■ **DATASET CONTENT**:
==================================================

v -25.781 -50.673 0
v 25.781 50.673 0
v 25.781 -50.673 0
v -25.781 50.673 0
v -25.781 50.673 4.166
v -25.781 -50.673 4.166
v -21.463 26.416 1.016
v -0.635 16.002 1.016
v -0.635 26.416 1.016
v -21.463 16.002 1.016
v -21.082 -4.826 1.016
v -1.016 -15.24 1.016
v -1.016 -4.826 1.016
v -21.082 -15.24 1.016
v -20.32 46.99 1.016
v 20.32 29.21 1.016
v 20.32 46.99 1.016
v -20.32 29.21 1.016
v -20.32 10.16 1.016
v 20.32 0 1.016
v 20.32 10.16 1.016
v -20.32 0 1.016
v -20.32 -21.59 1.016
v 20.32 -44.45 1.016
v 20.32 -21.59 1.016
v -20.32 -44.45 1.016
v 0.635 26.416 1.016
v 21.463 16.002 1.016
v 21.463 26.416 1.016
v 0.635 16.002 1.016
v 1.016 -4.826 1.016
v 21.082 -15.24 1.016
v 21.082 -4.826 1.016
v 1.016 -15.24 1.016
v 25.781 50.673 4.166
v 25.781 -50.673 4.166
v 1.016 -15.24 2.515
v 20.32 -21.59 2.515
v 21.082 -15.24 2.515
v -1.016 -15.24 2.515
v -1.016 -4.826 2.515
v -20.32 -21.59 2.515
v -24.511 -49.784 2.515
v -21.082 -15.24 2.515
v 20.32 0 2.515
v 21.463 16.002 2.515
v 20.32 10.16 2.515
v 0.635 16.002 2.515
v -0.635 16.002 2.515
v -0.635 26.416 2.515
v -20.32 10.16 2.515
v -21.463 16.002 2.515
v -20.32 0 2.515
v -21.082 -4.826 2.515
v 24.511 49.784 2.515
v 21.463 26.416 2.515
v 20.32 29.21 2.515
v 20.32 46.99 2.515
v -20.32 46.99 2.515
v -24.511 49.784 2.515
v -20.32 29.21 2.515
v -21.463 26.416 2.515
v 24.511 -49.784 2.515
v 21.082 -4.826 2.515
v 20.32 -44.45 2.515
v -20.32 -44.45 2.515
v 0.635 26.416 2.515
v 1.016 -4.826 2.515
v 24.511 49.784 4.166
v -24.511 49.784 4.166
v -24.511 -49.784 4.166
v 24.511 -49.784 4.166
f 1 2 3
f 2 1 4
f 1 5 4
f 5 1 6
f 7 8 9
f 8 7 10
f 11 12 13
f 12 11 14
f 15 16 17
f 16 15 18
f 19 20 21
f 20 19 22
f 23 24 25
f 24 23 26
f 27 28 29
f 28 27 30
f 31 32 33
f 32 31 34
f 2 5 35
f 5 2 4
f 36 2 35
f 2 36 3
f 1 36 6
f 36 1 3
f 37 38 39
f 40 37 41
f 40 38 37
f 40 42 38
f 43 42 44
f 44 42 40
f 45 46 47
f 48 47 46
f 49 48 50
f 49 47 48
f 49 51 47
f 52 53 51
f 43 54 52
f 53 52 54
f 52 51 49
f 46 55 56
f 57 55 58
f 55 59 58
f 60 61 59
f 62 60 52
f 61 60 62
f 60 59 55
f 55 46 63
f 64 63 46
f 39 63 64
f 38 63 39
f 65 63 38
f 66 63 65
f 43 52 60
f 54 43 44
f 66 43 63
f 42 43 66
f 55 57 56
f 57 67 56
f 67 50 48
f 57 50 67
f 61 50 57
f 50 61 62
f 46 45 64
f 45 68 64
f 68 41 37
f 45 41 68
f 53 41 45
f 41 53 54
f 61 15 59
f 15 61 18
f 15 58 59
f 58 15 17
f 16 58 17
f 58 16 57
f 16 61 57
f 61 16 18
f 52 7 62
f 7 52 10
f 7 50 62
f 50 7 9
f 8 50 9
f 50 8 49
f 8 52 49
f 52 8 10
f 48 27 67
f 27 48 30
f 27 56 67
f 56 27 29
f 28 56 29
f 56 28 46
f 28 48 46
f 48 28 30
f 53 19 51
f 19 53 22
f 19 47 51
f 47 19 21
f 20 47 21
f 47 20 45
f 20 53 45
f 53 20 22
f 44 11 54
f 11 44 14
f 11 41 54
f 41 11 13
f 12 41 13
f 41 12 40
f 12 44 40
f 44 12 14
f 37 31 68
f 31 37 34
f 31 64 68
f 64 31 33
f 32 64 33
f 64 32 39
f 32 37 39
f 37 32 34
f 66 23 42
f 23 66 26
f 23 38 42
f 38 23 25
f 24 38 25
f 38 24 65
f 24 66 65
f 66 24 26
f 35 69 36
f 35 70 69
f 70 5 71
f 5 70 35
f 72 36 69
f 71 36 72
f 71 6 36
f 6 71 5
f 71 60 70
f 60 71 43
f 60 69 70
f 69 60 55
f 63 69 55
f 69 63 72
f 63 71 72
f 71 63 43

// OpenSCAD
// file: components23.scad
module d23() 
{
translate([1469-1970/2,2480-3940/2,60])
circle(67/2, $fn=96);
translate([600-1970/2,2244-3940/2,60])
circle(67/2, $fn=96);
translate([1516-1970/2,250-3940/2,60])
circle(67/2, $fn=96);
translate([1553-1970/2,2362-3940/2,60])
circle(67/2, $fn=96);
translate([1012-1970/2,2126-3940/2,60])
circle(67/2, $fn=96);
translate([978-1970/2,673-3940/2,60])
circle(67/2, $fn=96);
}
// file: components22.scad
d22 = function(i) [896-1970/2,228-3940/2,1073-1970/2,559-3940/2][i];

module d22()
{
    hull()
    {
    translate([1073-1970/2,228-3940/2,60])
    square([63, 71], center=true);
    translate([1073-1970/2,559-3940/2,60])
    square([63, 71], center=true);
    translate([984-1970/2,559-3940/2,60])
    square([63, 71], center=true);
    translate([896-1970/2,559-3940/2,60])
    square([63, 71], center=true);
    translate([896-1970/2,228-3940/2,60])
    square([63, 71], center=true);
    }
}
// file: components21.scad
module d21()
{
translate([394-1970/2,469-3940/2,60])
square([79, 87], center=true);
}
// file: components20.scad
d20 = function() [[59, 87], [[344,319,443,319]]];

// module d20()
// {
// translate([344-1970/2,319-3940/2,60])
// square([59, 87], center=true);
// translate([443-1970/2,319-3940/2,60])
// square([59, 87], center=true);
// }
// file: components19.scad
d19 = function() [[71, 79], [[1657,2126,1769,2126], [790,2362,902,2362], [790,2126,902,2126],[790,2244,902,2244]]];

//module d19()
//{
//translate([1657-1970/2,2244-3940/2,60])
//square([71, 79], center=true);
//translate([1769-1970/2,2244-3940/2,60])
//square([71, 79], center=true);
//translate([1657-1970/2,2126-3940/2,60])
//square([71, 79], center=true);
//translate([1769-1970/2,2126-3940/2,60])
//square([71, 79], center=true);
//translate([790-1970/2,2362-3940/2,60])
//square([71, 79], center=true);
//translate([902-1970/2,2362-3940/2,60])
//square([71, 79], center=true);
//translate([790-1970/2,2126-3940/2,60])
//square([71, 79], center=true);
//translate([902-1970/2,2126-3940/2,60])
//square([71, 79], center=true);
//translate([790-1970/2,2244-3940/2,60])
//square([71, 79], center=true);
//translate([902-1970/2,2244-3940/2,60])
//square([71, 79], center=true);
//}
// file: components18.scad
d18 = function() [[79, 71], [[197,3363,197,3251],[394,771,394,883],[394,3363,394,3251],[591,3363,591,3251],[787,3363,787,3251],[984,3363,984,3251],[1181,3363,1181,3251],[1378,3363,1378,3251],[1575,3363,1575,3251],[1772,3363,1772,3251]]];


// module d18()
// {
// translate([197-1970/2,3363-3940/2,60])
// square([79, 71], center=true);
// translate([197-1970/2,3251-3940/2,60])
// square([79, 71], center=true);
// translate([394-1970/2,771-3940/2,60])
// square([79, 71], center=true);
// translate([394-1970/2,883-3940/2,60])
// square([79, 71], center=true);
// translate([394-1970/2,3363-3940/2,60])
// square([79, 71], center=true);
// translate([394-1970/2,3251-3940/2,60])
// square([79, 71], center=true);
// translate([591-1970/2,3363-3940/2,60])
// square([79, 71], center=true);
// translate([591-1970/2,3251-3940/2,60])
// square([79, 71], center=true);
// translate([787-1970/2,3363-3940/2,60])
// square([79, 71], center=true);
// translate([787-1970/2,3251-3940/2,60])
// square([79, 71], center=true);
// translate([984-1970/2,3363-3940/2,60])
// square([79, 71], center=true);
// translate([984-1970/2,3251-3940/2,60])
// square([79, 71], center=true);
// translate([1181-1970/2,3363-3940/2,60])
// square([79, 71], center=true);
// translate([1181-1970/2,3251-3940/2,60])
// square([79, 71], center=true);
// translate([1378-1970/2,3363-3940/2,60])
// square([79, 71], center=true);
// translate([1378-1970/2,3251-3940/2,60])
// square([79, 71], center=true);
// translate([1575-1970/2,3363-3940/2,60])
// square([79, 71], center=true);
// translate([1575-1970/2,3251-3940/2,60])
// square([79, 71], center=true);
// translate([1772-1970/2,3363-3940/2,60])
// square([79, 71], center=true);
// translate([1772-1970/2,3251-3940/2,60])
// square([79, 71], center=true);
// }
// file: components17.scad
d17 = function()
    [[67, 67], [[197,3612,197,3474], [394,3612,394,3474], [591,3612,591,3474], [787,3612,787,3474], [1181,3612,1181,3474], [1378,3612,1378,3474], [1575,3612,1575,3474], [1772,3612,1772,3474], [984,3612,984,3474]]];


// module d17()
// {
// translate([197-1970/2,3612-3940/2,60])
// square([67, 67], center=true);
// translate([197-1970/2,3474-3940/2,60])
// square([67, 67], center=true);
// translate([394-1970/2,3612-3940/2,60])
// square([67, 67], center=true);
// translate([394-1970/2,3474-3940/2,60])
// square([67, 67], center=true);
// translate([591-1970/2,3612-3940/2,60])
// square([67, 67], center=true);
// translate([591-1970/2,3474-3940/2,60])
// square([67, 67], center=true);
// translate([787-1970/2,3612-3940/2,60])
// square([67, 67], center=true);
// translate([787-1970/2,3474-3940/2,60])
// square([67, 67], center=true);
// translate([1181-1970/2,3612-3940/2,60])
// square([67, 67], center=true);
// translate([1181-1970/2,3474-3940/2,60])
// square([67, 67], center=true);
// translate([1378-1970/2,3612-3940/2,60])
// square([67, 67], center=true);
// translate([1378-1970/2,3474-3940/2,60])
// square([67, 67], center=true);
// translate([1575-1970/2,3612-3940/2,60])
// square([67, 67], center=true);
// translate([1575-1970/2,3474-3940/2,60])
// square([67, 67], center=true);
// translate([1772-1970/2,3612-3940/2,60])
// square([67, 67], center=true);
// translate([1772-1970/2,3474-3940/2,60])
// square([67, 67], center=true);
// translate([984-1970/2,3612-3940/2,60])
// square([67, 67], center=true);
// translate([984-1970/2,3474-3940/2,60])
// square([67, 67], center=true);
// }
// file: components16.scad
module d16()
{
translate([1715-1970/2,142-3940/2,60])
circle(68/2, $fn=96);
translate([1715-1970/2,82-3940/2,60])
circle(68/2, $fn=96);
translate([1815-1970/2,82-3940/2,60])
circle(68/2, $fn=96);
translate([1815-1970/2,142-3940/2,60])
circle(68/2, $fn=96);
}
// file: components15.scad
d15 = function() [[106, 126], [[1575,435, 1575,435]]];

// module d15()
// {
// translate([1575-1970/2,435-3940/2,60])
// square([106, 126], center=true);
// }
// file: components14.scad
d14 = function() [[39, 67], [[1634,325,1575,325]]];

// module d14()
// {
// translate([1634-1970/2,325-3940/2,60])
// square([39, 67], center=true);
// translate([1516-1970/2,325-3940/2,60])
// square([39, 67], center=true);
// translate([1575-1970/2,325-3940/2,60])
// square([39, 67], center=true);
// }
// file: components13.scad
ic1 = function(i) [201-1970/2,  2580-3940/2, 901-1970/2, 2632-3940/2][i];
ic2 = function(i) [1067-1970/2,2580-3940/2, 1767-1970/2,2632-3940/2][i];
ic3 = function(i) [1117-1970/2,1399-3940/2, 1717-1970/2,1751-3940/2][i];
ic4 = function(i) [251-1970/2,1399-3940/2,851-1970/2,1751-3940/2][i];


// module d13()
// {
// *color("red")
// {
// translate([201-1970/2,2580-3940/2,60])
// circle(60/2, $fn=96);
// translate([201-1970/2,2632-3940/2,60])
// circle(60/2, $fn=96);
// translate([301-1970/2,2632-3940/2,60])
// circle(60/2, $fn=96);
// translate([301-1970/2,2580-3940/2,60])
// circle(60/2, $fn=96);
// translate([801-1970/2,2580-3940/2,60])
// circle(60/2, $fn=96);
// translate([801-1970/2,2632-3940/2,60])
// circle(60/2, $fn=96);
// translate([901-1970/2,2632-3940/2,60])
// circle(60/2, $fn=96);
// translate([901-1970/2,2580-3940/2,60])
// circle(60/2, $fn=96);
// translate([401-1970/2,2580-3940/2,60])
// circle(60/2, $fn=96);
// translate([401-1970/2,2632-3940/2,60])
// circle(60/2, $fn=96);
// translate([501-1970/2,2632-3940/2,60])
// circle(60/2, $fn=96);
// translate([501-1970/2,2580-3940/2,60])
// circle(60/2, $fn=96);
// translate([701-1970/2,2580-3940/2,60])
// circle(60/2, $fn=96);
// translate([701-1970/2,2632-3940/2,60])
// circle(60/2, $fn=96);
// translate([601-1970/2,2632-3940/2,60])
// circle(60/2, $fn=96);
// translate([601-1970/2,2580-3940/2,60])
// circle(60/2, $fn=96);
// translate([901-1970/2,2880-3940/2,60])
// circle(60/2, $fn=96);
// translate([901-1970/2,2932-3940/2,60])
// circle(60/2, $fn=96);
// translate([801-1970/2,2932-3940/2,60])
// circle(60/2, $fn=96);
// translate([801-1970/2,2880-3940/2,60])
// circle(60/2, $fn=96);
// translate([701-1970/2,2880-3940/2,60])
// circle(60/2, $fn=96);
// translate([701-1970/2,2932-3940/2,60])
// circle(60/2, $fn=96);
// translate([601-1970/2,2932-3940/2,60])
// circle(60/2, $fn=96);
// translate([601-1970/2,2880-3940/2,60])
// circle(60/2, $fn=96);
// translate([501-1970/2,2880-3940/2,60])
// circle(60/2, $fn=96);
// translate([501-1970/2,2932-3940/2,60])
// circle(60/2, $fn=96);
// translate([401-1970/2,2932-3940/2,60])
// circle(60/2, $fn=96);
// translate([401-1970/2,2880-3940/2,60])
// circle(60/2, $fn=96);
// translate([301-1970/2,2880-3940/2,60])
// circle(60/2, $fn=96);
// translate([301-1970/2,2932-3940/2,60])
// circle(60/2, $fn=96);
// translate([201-1970/2,2932-3940/2,60])
// circle(60/2, $fn=96);
// translate([201-1970/2,2880-3940/2,60])
// circle(60/2, $fn=96);
// }
// *color("red")
// {
// translate([1067-1970/2,2632-3940/2,60])
// circle(60/2, $fn=96);
// translate([1067-1970/2,2580-3940/2,60])
// circle(60/2, $fn=96);
// translate([1167-1970/2,2580-3940/2,60])
// circle(60/2, $fn=96);
// translate([1167-1970/2,2632-3940/2,60])
// circle(60/2, $fn=96);
// translate([1667-1970/2,2632-3940/2,60])
// circle(60/2, $fn=96);
// translate([1667-1970/2,2580-3940/2,60])
// circle(60/2, $fn=96);
// translate([1767-1970/2,2580-3940/2,60])
// circle(60/2, $fn=96);
// translate([1767-1970/2,2632-3940/2,60])
// circle(60/2, $fn=96);
// translate([1267-1970/2,2632-3940/2,60])
// circle(60/2, $fn=96);
// translate([1267-1970/2,2580-3940/2,60])
// circle(60/2, $fn=96);
// translate([1367-1970/2,2580-3940/2,60])
// circle(60/2, $fn=96);
// translate([1367-1970/2,2632-3940/2,60])
// circle(60/2, $fn=96);
// translate([1567-1970/2,2632-3940/2,60])
// circle(60/2, $fn=96);
// translate([1567-1970/2,2580-3940/2,60])
// circle(60/2, $fn=96);
// translate([1467-1970/2,2580-3940/2,60])
// circle(60/2, $fn=96);
// translate([1467-1970/2,2632-3940/2,60])
// circle(60/2, $fn=96);
// translate([1767-1970/2,2880-3940/2,60])
// circle(60/2, $fn=96);
// translate([1767-1970/2,2932-3940/2,60])
// circle(60/2, $fn=96);
// translate([1667-1970/2,2932-3940/2,60])
// circle(60/2, $fn=96);
// translate([1667-1970/2,2880-3940/2,60])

==================================================

Start at the first line of the material. Reproduce every line exactly, ending with the line that holds "v 25.781 50.673 4.166".

■ **PROBLEM SOLUTION**:
v -25.781 -50.673 0
v 25.781 50.673 0
v 25.781 -50.673 0
v -25.781 50.673 0
v -25.781 50.673 4.166
v -25.781 -50.673 4.166
v -21.463 26.416 1.016
v -0.635 16.002 1.016
v -0.635 26.416 1.016
v -21.463 16.002 1.016
v -21.082 -4.826 1.016
v -1.016 -15.24 1.016
v -1.016 -4.826 1.016
v -21.082 -15.24 1.016
v -20.32 46.99 1.016
v 20.32 29.21 1.016
v 20.32 46.99 1.016
v -20.32 29.21 1.016
v -20.32 10.16 1.016
v 20.32 0 1.016
v 20.32 10.16 1.016
v -20.32 0 1.016
v -20.32 -21.59 1.016
v 20.32 -44.45 1.016
v 20.32 -21.59 1.016
v -20.32 -44.45 1.016
v 0.635 26.416 1.016
v 21.463 16.002 1.016
v 21.463 26.416 1.016
v 0.635 16.002 1.016
v 1.016 -4.826 1.016
v 21.082 -15.24 1.016
v 21.082 -4.826 1.016
v 1.016 -15.24 1.016
v 25.781 50.673 4.166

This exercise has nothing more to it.